13.3.Naar voorlopig oordeel van de voorzieningenrechter is verder niet aannemelijk geworden, ondanks dat verzoeksters kan worden toegegeven dat de motivering in het bestreden besluit op dit punt summier is, dat het bestreden besluit in strijd met de Omgevingsvisie en Verordening van de provincie is genomen. De voorzieningenrechter kan volgen dat het provinciale beleid het realiseren van een woning buiten het stedelijk gebied niet uitsluit. Woningbouw aansluitend aan het bestaand stedelijk gebied, zoals in dit geval, is onder voorwaarden mogelijk. Dat volgt ook uit de artikelen 1.1.1, tweede lid, 1.3.1 en hoofdstuk 3 van de Verordening. Het is de voorzieningenrechter op grond van wat verzoeksters hebben aangevoerd niet gebleken dat van strijdigheid met deze bepalingen sprake is. Dat geldt evenmin voor de door verzoeksters gestelde strijd met de Omgevingsvisie. Daarbij stelt de voorzieningenrechter vast dat verzoeksters in hun beroepsgronden zelf ook wijzen op een passage dat woningbouw buiten het bestaand bebouwd gebied onder voorwaarden mogelijk is. Dat is het geval wanneer in bestaand bebouwd gebied niet aan de behoefte kan worden voorzien. Het college heeft aangegeven dat die situatie zich voordoet in het geval van dit specifieke project. Naar voorlopig oordeel van de voorzieningenrechter is dat navolgbaar. De voorzieningenrechter merkt in dat verband nog op dat op zitting door het college en vergunninghouder is aangegeven dat het bouwplan in vooroverleg is voorgelegd aan de provincie Fryslân. Daar is geen nadere reactie op ontvangen, zoals ook volgt uit de Nota. De voorzieningenrechter constateert verder dat de provincie Fryslân geen zienswijze heeft ingediend tegen het ontwerpbesluit. Niet is gebleken dat de provincie niet kan instemmen met het bestreden besluit.

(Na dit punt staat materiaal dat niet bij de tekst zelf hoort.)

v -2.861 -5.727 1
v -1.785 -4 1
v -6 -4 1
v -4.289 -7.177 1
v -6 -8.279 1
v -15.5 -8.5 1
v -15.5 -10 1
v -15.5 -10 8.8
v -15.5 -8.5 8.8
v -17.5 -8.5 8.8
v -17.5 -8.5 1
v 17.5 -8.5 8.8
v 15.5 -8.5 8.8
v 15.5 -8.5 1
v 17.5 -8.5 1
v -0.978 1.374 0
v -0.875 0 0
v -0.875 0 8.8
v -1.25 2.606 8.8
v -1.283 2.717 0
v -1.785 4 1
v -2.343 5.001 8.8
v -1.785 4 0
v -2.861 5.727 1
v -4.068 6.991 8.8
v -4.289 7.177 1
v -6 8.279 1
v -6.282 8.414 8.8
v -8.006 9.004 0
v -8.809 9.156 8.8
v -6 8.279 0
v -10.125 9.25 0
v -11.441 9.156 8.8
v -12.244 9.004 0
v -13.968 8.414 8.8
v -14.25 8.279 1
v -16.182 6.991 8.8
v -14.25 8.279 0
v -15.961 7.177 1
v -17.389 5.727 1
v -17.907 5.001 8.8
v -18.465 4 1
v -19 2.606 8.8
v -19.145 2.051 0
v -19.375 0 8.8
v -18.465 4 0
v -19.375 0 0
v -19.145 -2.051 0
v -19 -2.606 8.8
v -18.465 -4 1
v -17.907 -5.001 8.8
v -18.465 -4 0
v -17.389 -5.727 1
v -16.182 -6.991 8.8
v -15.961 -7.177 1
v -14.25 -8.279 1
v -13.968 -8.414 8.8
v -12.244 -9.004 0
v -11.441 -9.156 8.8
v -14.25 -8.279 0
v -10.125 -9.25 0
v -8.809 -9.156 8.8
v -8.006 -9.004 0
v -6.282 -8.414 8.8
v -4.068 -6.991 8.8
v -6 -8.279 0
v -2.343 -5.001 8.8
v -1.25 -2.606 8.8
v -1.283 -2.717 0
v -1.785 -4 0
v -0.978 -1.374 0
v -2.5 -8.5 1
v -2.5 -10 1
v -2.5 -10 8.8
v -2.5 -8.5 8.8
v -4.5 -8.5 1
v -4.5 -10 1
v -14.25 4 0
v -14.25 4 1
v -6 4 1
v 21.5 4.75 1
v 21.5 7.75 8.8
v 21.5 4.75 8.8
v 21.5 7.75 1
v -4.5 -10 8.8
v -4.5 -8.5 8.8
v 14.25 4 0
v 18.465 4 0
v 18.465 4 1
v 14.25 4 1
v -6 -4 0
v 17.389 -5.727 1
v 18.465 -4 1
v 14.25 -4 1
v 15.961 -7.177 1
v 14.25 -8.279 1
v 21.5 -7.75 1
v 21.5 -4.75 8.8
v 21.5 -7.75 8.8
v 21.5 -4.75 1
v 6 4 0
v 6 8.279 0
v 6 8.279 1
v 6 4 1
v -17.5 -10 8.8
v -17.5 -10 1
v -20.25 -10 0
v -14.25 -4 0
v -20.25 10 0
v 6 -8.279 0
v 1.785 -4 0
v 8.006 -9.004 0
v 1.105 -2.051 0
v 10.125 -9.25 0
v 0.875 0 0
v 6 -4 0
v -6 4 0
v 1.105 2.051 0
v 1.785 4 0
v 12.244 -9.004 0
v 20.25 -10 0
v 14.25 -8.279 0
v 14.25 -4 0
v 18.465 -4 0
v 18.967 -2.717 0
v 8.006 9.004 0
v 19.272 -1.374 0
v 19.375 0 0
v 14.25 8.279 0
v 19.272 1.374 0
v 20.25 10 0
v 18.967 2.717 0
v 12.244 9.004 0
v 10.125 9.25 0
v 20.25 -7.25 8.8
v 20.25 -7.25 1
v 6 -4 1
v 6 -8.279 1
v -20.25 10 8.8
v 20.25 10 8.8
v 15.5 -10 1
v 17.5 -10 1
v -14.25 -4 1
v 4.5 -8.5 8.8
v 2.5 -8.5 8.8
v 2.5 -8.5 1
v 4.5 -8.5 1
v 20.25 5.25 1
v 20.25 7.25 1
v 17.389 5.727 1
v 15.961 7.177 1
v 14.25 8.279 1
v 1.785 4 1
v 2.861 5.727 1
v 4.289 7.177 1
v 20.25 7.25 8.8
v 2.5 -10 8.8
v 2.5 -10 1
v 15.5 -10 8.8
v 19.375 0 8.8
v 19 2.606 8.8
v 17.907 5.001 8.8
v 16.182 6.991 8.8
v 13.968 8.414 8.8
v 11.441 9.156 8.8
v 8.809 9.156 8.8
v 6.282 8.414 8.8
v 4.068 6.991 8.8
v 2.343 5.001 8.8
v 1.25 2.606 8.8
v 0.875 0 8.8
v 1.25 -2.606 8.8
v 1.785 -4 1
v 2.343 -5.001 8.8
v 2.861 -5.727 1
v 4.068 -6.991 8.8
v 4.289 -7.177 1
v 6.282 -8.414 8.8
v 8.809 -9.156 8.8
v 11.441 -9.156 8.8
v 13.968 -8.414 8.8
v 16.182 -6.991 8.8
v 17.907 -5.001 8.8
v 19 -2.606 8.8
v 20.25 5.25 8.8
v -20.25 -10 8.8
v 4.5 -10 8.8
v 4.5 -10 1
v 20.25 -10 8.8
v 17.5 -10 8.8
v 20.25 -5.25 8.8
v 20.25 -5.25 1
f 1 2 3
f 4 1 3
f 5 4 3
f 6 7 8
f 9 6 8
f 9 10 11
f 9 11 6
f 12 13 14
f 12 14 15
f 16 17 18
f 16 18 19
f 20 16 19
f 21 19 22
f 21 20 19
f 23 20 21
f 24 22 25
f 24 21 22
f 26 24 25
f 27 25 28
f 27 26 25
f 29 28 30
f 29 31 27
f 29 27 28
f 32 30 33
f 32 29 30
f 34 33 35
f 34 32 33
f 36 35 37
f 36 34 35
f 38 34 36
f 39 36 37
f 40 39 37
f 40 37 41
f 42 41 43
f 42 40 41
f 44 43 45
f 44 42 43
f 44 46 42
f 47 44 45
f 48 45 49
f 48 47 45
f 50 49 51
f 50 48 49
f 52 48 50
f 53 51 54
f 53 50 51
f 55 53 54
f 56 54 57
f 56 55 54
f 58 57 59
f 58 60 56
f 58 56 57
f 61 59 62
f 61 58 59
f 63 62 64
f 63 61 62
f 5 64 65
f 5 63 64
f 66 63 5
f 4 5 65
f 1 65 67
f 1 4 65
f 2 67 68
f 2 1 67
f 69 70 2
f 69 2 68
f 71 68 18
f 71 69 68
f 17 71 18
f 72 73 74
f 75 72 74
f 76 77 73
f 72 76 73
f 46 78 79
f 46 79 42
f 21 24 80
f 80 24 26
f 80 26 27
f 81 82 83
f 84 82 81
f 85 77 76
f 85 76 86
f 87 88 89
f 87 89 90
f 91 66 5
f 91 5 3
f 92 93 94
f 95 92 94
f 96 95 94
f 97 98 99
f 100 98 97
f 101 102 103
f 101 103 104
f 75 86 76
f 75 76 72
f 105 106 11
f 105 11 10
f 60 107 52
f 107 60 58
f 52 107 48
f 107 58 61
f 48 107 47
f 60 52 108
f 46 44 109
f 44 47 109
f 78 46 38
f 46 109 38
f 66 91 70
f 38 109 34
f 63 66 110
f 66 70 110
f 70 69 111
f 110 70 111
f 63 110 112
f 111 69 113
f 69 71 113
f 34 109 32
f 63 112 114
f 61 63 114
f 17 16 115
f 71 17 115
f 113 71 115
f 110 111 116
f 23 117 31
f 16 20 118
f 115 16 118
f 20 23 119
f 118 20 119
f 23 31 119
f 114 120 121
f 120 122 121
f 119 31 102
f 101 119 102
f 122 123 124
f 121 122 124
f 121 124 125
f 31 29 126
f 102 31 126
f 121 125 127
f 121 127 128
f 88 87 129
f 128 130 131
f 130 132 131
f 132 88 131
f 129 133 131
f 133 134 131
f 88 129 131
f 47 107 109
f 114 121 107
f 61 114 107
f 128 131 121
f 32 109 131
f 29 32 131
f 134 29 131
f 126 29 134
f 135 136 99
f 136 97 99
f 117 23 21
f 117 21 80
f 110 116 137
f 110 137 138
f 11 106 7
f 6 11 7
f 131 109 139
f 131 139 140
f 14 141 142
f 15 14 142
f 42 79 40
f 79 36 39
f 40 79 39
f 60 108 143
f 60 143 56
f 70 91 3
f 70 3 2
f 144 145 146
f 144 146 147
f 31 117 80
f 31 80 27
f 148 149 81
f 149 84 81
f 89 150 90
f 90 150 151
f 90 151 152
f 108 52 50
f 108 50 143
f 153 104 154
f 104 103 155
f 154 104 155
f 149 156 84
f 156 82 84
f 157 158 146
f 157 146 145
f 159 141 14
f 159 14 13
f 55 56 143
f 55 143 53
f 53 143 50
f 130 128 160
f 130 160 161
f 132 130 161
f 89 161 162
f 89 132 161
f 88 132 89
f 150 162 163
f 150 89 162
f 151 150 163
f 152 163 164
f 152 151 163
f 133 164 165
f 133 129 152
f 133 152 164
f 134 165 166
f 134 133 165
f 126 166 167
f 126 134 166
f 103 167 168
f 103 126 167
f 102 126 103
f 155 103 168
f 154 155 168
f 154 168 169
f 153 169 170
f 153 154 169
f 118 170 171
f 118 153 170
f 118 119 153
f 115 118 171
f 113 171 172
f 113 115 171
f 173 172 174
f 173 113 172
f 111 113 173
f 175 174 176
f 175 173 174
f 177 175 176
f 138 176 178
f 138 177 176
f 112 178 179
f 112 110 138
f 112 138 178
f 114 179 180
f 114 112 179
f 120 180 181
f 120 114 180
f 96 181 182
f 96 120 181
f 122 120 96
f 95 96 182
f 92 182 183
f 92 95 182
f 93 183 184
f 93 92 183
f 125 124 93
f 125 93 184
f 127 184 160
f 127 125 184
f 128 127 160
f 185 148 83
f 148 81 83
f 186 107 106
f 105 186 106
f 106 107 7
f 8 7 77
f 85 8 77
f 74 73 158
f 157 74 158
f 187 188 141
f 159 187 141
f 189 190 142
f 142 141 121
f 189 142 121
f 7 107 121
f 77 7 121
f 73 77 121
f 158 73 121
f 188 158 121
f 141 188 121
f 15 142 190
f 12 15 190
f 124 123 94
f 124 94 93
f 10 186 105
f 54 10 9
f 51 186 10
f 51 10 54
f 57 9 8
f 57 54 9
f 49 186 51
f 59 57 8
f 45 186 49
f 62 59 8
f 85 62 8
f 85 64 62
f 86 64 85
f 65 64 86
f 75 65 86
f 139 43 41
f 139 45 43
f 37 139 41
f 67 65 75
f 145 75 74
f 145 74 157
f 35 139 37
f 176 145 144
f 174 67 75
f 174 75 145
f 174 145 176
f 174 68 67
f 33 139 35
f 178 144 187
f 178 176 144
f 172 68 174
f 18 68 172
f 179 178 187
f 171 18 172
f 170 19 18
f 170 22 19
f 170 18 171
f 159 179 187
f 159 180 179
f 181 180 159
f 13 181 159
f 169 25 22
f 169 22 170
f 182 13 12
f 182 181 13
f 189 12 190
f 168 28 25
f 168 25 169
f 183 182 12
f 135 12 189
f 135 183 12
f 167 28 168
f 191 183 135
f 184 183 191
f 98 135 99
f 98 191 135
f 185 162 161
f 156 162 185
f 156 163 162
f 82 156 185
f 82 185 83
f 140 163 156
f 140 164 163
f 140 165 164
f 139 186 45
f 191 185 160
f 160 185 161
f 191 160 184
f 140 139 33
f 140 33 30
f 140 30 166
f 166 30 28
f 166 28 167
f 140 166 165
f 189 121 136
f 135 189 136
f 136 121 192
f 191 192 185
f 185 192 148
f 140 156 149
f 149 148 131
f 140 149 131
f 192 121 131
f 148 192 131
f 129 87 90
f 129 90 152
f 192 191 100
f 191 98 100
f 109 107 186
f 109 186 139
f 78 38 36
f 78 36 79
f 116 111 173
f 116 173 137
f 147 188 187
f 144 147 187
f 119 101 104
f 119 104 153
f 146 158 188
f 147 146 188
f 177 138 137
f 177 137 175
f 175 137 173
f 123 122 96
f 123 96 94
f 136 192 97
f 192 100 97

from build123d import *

# Parameters (mm, degrees)
SKETCH1_W           = 40.5
SKETCH1_H           = 20
SKETCH1_R           = 9.25
BOSS_EXTRUDE1_DEPTH = 8.8
SKETCH2_W           = 2
SKETCH2_H           = 7.8
CUT_EXTRUDE1_DEPTH  = 1.5
BOSS_EXTRUDE2_DEPTH = 1


with BuildPart() as part:
    # Sketch1 → Boss-Extrude1 (new body)
    with BuildSketch(Plane.XY):
        Rectangle(SKETCH1_W, SKETCH1_H)
        with Locations((-10.125, 0)):
            Circle(SKETCH1_R, mode=Mode.SUBTRACT)
        with Locations((10.125, 0)):
            Circle(SKETCH1_R, mode=Mode.SUBTRACT)
    extrude(amount=BOSS_EXTRUDE1_DEPTH)

    # Sketch2 → Cut-Extrude1 (cut)
    with BuildSketch(Plane.XZ.offset(10)):
        with Locations((-16.5, 4.9)):
            Rectangle(SKETCH2_W, SKETCH2_H)
        with Locations((-3.5, 4.9)):
            Rectangle(SKETCH2_W, SKETCH2_H)
        with Locations((3.5, 4.9)):
            Rectangle(SKETCH2_W, SKETCH2_H)
        with Locations((16.5, 4.9)):
            Rectangle(SKETCH2_W, SKETCH2_H)
    extrude(amount=-CUT_EXTRUDE1_DEPTH, mode=Mode.SUBTRACT)

    # Sketch3 → Boss-Extrude2 (add)
    with BuildSketch(Plane(origin=(0, 0, 0), x_dir=(-1, 0, 0), z_dir=(0, 0, -1))):
        with BuildLine():
            Line((-14.25, 4), (-14.25, 8.279304017))
            ThreePointArc((-14.25, 8.279304017), (-16.714745453, 6.491360016), (-18.465413659, 4))
            Line((-18.465413659, 4), (-14.25, 4))
        make_face()
        with BuildLine():
            Line((-6, 4), (-1.784586341, 4))
            ThreePointArc((-1.784586341, 4), (-3.535254547, 6.491360016), (-6, 8.279304017))
            Line((-6, 8.279304017), (-6, 4))
        make_face()
        with BuildLine():
            ThreePointArc((-6, -8.279304017), (-3.535254547, -6.491360016), (-1.784586341, -4))
            Line((-1.784586341, -4), (-6, -4))
            Line((-6, -4), (-6, -8.279304017))
        make_face()
        with BuildLine():
            Line((-14.25, -4), (-18.465413659, -4))
            ThreePointArc((-18.465413659, -4), (-16.714745453, -6.491360016), (-14.25, -8.279304017))
            Line((-14.25, -8.279304017), (-14.25, -4))
        make_face()
        with BuildLine():
            Line((1.784586341, 4), (6, 4))
            Line((6, 4), (6, 8.279304017))
            ThreePointArc((6, 8.279304017), (3.535254547, 6.491360016), (1.784586341, 4))
        make_face()
        with BuildLine():
            ThreePointArc((18.465413659, 4), (16.714745453, 6.491360016), (14.25, 8.279304017))
            Line((14.25, 8.279304017), (14.25, 4))
            Line((14.25, 4), (18.465413659, 4))
        make_face()
        with BuildLine():
            Line((14.25, -4), (14.25, -8.279304017))
            ThreePointArc((14.25, -8.279304017), (16.714745453, -6.491360016), (18.465413659, -4))
            Line((18.465413659, -4), (14.25, -4))
        make_face()
        with BuildLine():
            Line((6, -4), (1.784586341, -4))
            ThreePointArc((1.784586341, -4), (3.535254547, -6.491360016), (6, -8.279304017))
            Line((6, -8.279304017), (6, -4))
        make_face()
    extrude(amount=-BOSS_EXTRUDE2_DEPTH)

    # Sketch4 → Loft1 section 0
    with BuildSketch(Plane(origin=(20.25, 0, 0), x_dir=(0, 0, -1), z_dir=(1, 0, 0))):
        with BuildLine():
            Line((-8.8, 7.25), (-1, 7.25))
            Line((-1, 7.25), (-1, 5.25))
            Line((-1, 5.25), (-8.8, 5.25))
            Line((-8.8, 5.25), (-8.8, 7.25))
        make_face()
    # Sketch5 → Loft1 section 1
    with BuildSketch(Plane(origin=(21.5, 0, 0), x_dir=(0, 0, -1), z_dir=(1, 0, 0))):
        with BuildLine():
            Line((-8.8, 7.75), (-1, 7.75))
            Line((-1, 7.75), (-1, 4.75))
            Line((-1, 4.75), (-8.8, 4.75))
            Line((-8.8, 4.75), (-8.8, 7.75))
        make_face()
    loft()

    # Sketch4<3> → Loft2 section 0
    with BuildSketch(Plane(origin=(20.25, 0, 0), x_dir=(0, 0, -1), z_dir=(1, 0, 0))):
        with BuildLine():
            Line((-8.8, -5.25), (-1, -5.25))
            Line((-1, -5.25), (-1, -7.25))
            Line((-1, -7.25), (-8.8, -7.25))
            Line((-8.8, -7.25), (-8.8, -5.25))
        make_face()
    # Sketch5<3> → Loft2 section 1
    with BuildSketch(Plane(origin=(21.5, 0, 0), x_dir=(0, 0, -1), z_dir=(1, 0, 0))):
        with BuildLine():
            Line((-8.8, -4.75), (-1, -4.75))
            Line((-1, -4.75), (-1, -7.75))
            Line((-1, -7.75), (-8.8, -7.75))
            Line((-8.8, -7.75), (-8.8, -4.75))
        make_face()
    loft()


solid = part.part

14. Verzoeksters stellen verder dat als deze omgevingsvergunning in stand blijft, er geen reden is om soortgelijke aanvragen af te wijzen. De voorzieningenrechter volgt verzoeksters niet in hun betoog. De verleende omgevingsvergunning geeft naar voorlopig oordeel van de voorzieningenrechter geen garantie dat soortgelijke aanvragen ook worden toegewezen. Het college zal ten aanzien van elke aanvraag de situatie ter plaatse moeten beoordelen en een nieuwe belangenafweging moeten maken. Dat heeft het college op zitting ook te kennen gegeven.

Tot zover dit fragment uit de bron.